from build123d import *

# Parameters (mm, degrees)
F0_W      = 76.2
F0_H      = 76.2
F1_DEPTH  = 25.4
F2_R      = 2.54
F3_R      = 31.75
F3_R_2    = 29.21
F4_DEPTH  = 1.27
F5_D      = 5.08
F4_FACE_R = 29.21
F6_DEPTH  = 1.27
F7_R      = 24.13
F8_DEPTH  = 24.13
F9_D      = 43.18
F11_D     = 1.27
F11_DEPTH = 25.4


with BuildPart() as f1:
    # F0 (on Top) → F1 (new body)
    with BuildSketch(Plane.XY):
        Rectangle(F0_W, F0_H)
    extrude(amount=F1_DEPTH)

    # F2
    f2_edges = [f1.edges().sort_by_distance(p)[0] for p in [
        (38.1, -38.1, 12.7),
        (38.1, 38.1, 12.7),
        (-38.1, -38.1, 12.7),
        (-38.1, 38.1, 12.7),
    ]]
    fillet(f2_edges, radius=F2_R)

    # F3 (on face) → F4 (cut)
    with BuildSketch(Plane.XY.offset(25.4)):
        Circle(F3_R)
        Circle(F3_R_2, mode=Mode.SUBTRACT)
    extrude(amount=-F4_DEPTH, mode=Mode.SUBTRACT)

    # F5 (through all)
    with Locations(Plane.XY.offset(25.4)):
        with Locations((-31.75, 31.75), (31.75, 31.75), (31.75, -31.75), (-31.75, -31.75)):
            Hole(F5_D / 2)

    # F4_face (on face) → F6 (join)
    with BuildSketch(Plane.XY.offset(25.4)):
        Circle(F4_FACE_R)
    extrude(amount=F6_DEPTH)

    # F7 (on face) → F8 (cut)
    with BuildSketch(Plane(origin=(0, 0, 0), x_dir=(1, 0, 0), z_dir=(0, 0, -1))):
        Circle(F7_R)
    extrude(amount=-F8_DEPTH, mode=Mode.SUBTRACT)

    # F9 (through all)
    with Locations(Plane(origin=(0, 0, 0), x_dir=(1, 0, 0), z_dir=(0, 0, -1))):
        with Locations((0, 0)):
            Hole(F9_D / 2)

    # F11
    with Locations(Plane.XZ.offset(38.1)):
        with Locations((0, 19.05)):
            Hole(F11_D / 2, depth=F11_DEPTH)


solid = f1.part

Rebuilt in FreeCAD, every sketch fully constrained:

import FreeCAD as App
import Part
import Sketcher
from FreeCAD import Vector
Q = App.Units.Quantity


def edges_at(feature, points):
    """Names of the edges that pass closest to the given points."""
    edges = feature.Shape.Edges
    near = lambda p: min(range(len(edges)), key=lambda i: edges[i].distToShape(Part.Vertex(*p))[0])
    return sorted({f"Edge{near(p) + 1}" for p in points})


def add_polygon(sketch, points):
    """Adds a closed chain of lines whose ends are joined by coincident constraints."""
    first, n = sketch.GeometryCount, len(points)
    for a, b in zip(points, points[1:] + points[:1]):
        sketch.addGeometry(Part.LineSegment(App.Vector(*a, 0), App.Vector(*b, 0)), False)
    for i in range(n):
        sketch.addConstraint(Sketcher.Constraint("Coincident", first + i, 2, first + (i + 1) % n, 1))

doc = App.newDocument("Part")
body = doc.addObject("PartDesign::Body", "Body")

# Sketch on XY plane
sketch1 = body.newObject("Sketcher::SketchObject", "Sketch")
sketch1.AttachmentSupport = (doc.getObject("XY_Plane"), [""])
sketch1.MapMode = "FlatFace"
add_polygon(sketch1, [(-38.1, 38.1), (-38.1, -38.1), (38.1, -38.1), (38.1, 38.1)])  # lines 0-3
sketch1.addConstraint(Sketcher.Constraint("Vertical", 0))
sketch1.addConstraint(Sketcher.Constraint("Horizontal", 1))
sketch1.addConstraint(Sketcher.Constraint("Vertical", 2))
sketch1.addConstraint(Sketcher.Constraint("Horizontal", 3))
sketch1.addConstraint(Sketcher.Constraint("Symmetric", 0, 2, 2, 2, -1, 1))
sketch1.addConstraint(Sketcher.Constraint("Equal", 3, 0))
sketch1.addConstraint(Sketcher.Constraint("DistanceX", 1, 1, 1, 2, Q("3 in")))
pad1 = body.newObject("PartDesign::Pad", "Pad")
pad1.Profile = sketch1
pad1.Length = Q("1 in")
doc.recompute()

fillet = body.newObject("PartDesign::Fillet", "Fillet")
fillet.Base = (pad1, edges_at(pad1, [
    (38.1, -38.1, 12.7),
    (38.1, 38.1, 12.7),
    (-38.1, -38.1, 12.7),
    (-38.1, 38.1, 12.7),
]))
fillet.Radius = Q("0.1 in")

# Sketch on XY plane
sketch2 = body.newObject("Sketcher::SketchObject", "Sketch001")
sketch2.AttachmentSupport = (doc.getObject("XY_Plane"), [""])
sketch2.MapMode = "FlatFace"
sketch2.AttachmentOffset = App.Placement(Vector(0, 0, 1 * 25.4), App.Rotation())
sketch2.addGeometry(Part.Circle(Vector(0, 0, 0), Vector(0, 0, 1), 31.75), False)
sketch2.addGeometry(Part.Circle(Vector(0, 0, 0), Vector(0, 0, 1), 29.21), False)
sketch2.addConstraint(Sketcher.Constraint("Coincident", 0, 3, -1, 1))
sketch2.addConstraint(Sketcher.Constraint("Coincident", 1, 3, -1, 1))
sketch2.addConstraint(Sketcher.Constraint("Diameter", 0, Q("2.5 in")))
sketch2.addConstraint(Sketcher.Constraint("Diameter", 1, Q("2.3 in")))
pocket1 = body.newObject("PartDesign::Pocket", "Pocket")
pocket1.Profile = sketch2
pocket1.Length = Q("0.05 in")

# Sketch on XY plane
sketch3 = body.newObject("Sketcher::SketchObject", "Sketch002")
sketch3.AttachmentSupport = (doc.getObject("XY_Plane"), [""])
sketch3.MapMode = "FlatFace"
sketch3.AttachmentOffset = App.Placement(Vector(0, 0, 1 * 25.4), App.Rotation())
sketch3.addGeometry(Part.Circle(Vector(-31.75, 31.75, 0), Vector(0, 0, 1), 2.54), False)
sketch3.addGeometry(Part.Circle(Vector(31.75, 31.75, 0), Vector(0, 0, 1), 2.54), False)
sketch3.addGeometry(Part.Circle(Vector(31.75, -31.75, 0), Vector(0, 0, 1), 2.54), False)
sketch3.addGeometry(Part.Circle(Vector(-31.75, -31.75, 0), Vector(0, 0, 1), 2.54), False)
sketch3.addConstraint(Sketcher.Constraint("Equal", 0, 1))
sketch3.addConstraint(Sketcher.Constraint("Equal", 1, 2))
sketch3.addConstraint(Sketcher.Constraint("Equal", 2, 3))
sketch3.addConstraint(Sketcher.Constraint("Symmetric", 0, 3, 2, 3, -1, 1))
sketch3.addConstraint(Sketcher.Constraint("Symmetric", 1, 3, 3, 3, -1, 1))
sketch3.addConstraint(Sketcher.Constraint("Symmetric", 0, 3, 1, 3, -2))
sketch3.addConstraint(Sketcher.Constraint("Diameter", 0, Q("0.2 in")))
sketch3.addConstraint(Sketcher.Constraint("DistanceX", 0, 3, 1, 3, Q("2.5 in")))
sketch3.addConstraint(Sketcher.Constraint("DistanceY", 2, 3, 1, 3, Q("2.5 in")))
doc.recompute()
hole = body.newObject("PartDesign::Hole", "Hole")
hole.Profile = sketch3
hole.ThreadType = "None"
hole.Diameter = Q("0.2 in")
hole.DepthType = "ThroughAll"

# Sketch on XY plane
sketch4 = body.newObject("Sketcher::SketchObject", "Sketch003")
sketch4.AttachmentSupport = (doc.getObject("XY_Plane"), [""])
sketch4.MapMode = "FlatFace"
sketch4.AttachmentOffset = App.Placement(Vector(0, 0, 1 * 25.4), App.Rotation())
sketch4.addGeometry(Part.Circle(Vector(0, 0, 0), Vector(0, 0, 1), 29.21), False)
sketch4.addConstraint(Sketcher.Constraint("Coincident", 0, 3, -1, 1))
sketch4.addConstraint(Sketcher.Constraint("Diameter", 0, Q("2.3 in")))
pad2 = body.newObject("PartDesign::Pad", "Pad001")
pad2.Profile = sketch4
pad2.Length = Q("0.05 in")

# Sketch on XY plane
sketch5 = body.newObject("Sketcher::SketchObject", "Sketch004")
sketch5.AttachmentSupport = (doc.getObject("XY_Plane"), [""])
sketch5.MapMode = "FlatFace"
sketch5.addGeometry(Part.Circle(Vector(0, 0, 0), Vector(0, 0, 1), 24.13), False)
sketch5.addConstraint(Sketcher.Constraint("Coincident", 0, 3, -1, 1))
sketch5.addConstraint(Sketcher.Constraint("Diameter", 0, Q("1.9 in")))
pocket2 = body.newObject("PartDesign::Pocket", "Pocket001")
pocket2.Profile = sketch5
pocket2.Length = Q("0.95 in")
pocket2.Reversed = True

# Sketch on XY plane
sketch6 = body.newObject("Sketcher::SketchObject", "Sketch005")
sketch6.AttachmentSupport = (doc.getObject("XY_Plane"), [""])
sketch6.MapMode = "FlatFace"
sketch6.addGeometry(Part.Circle(Vector(0, 0, 0), Vector(0, 0, 1), 21.59), False)
sketch6.addConstraint(Sketcher.Constraint("Coincident", 0, 3, -1, 1))
sketch6.addConstraint(Sketcher.Constraint("Diameter", 0, Q("1.7 in")))
doc.recompute()
hole2 = body.newObject("PartDesign::Hole", "Hole001")
hole2.Profile = sketch6
hole2.ThreadType = "None"
hole2.Diameter = Q("1.7 in")
hole2.DepthType = "ThroughAll"
hole2.Reversed = True

# Sketch on XZ plane
sketch7 = body.newObject("Sketcher::SketchObject", "Sketch006")
sketch7.AttachmentSupport = (doc.getObject("XZ_Plane"), [""])
sketch7.MapMode = "FlatFace"
sketch7.AttachmentOffset = App.Placement(Vector(0, 0, 1.5 * 25.4), App.Rotation())
sketch7.addGeometry(Part.Circle(Vector(0, 19.05, 0), Vector(0, 0, 1), 0.635), False)
sketch7.addConstraint(Sketcher.Constraint("PointOnObject", 0, 3, -2))
sketch7.addConstraint(Sketcher.Constraint("Diameter", 0, Q("0.05 in")))
sketch7.addConstraint(Sketcher.Constraint("DistanceY", -1, 1, 0, 3, Q("0.75 in")))
doc.recompute()
hole3 = body.newObject("PartDesign::Hole", "Hole002")
hole3.Profile = sketch7
hole3.ThreadType = "None"
hole3.Diameter = Q("0.05 in")
hole3.DepthType = "Dimension"
hole3.Depth = Q("1 in")
hole3.DrillPoint = "Flat"

doc.recompute()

## GOAL OF THE EXERCISE
Repeat only the lines above, from the first line of the entries through the line that contains "with BuildPart() as", including both ends.

## RESULT OF THE TASK
from build123d import *

# Parameters (mm, degrees)
F0_W      = 76.2
F0_H      = 76.2
F1_DEPTH  = 25.4
F2_R      = 2.54
F3_R      = 31.75
F3_R_2    = 29.21
F4_DEPTH  = 1.27
F5_D      = 5.08
F4_FACE_R = 29.21
F6_DEPTH  = 1.27
F7_R      = 24.13
F8_DEPTH  = 24.13
F9_D      = 43.18
F11_D     = 1.27
F11_DEPTH = 25.4


with BuildPart() as f1:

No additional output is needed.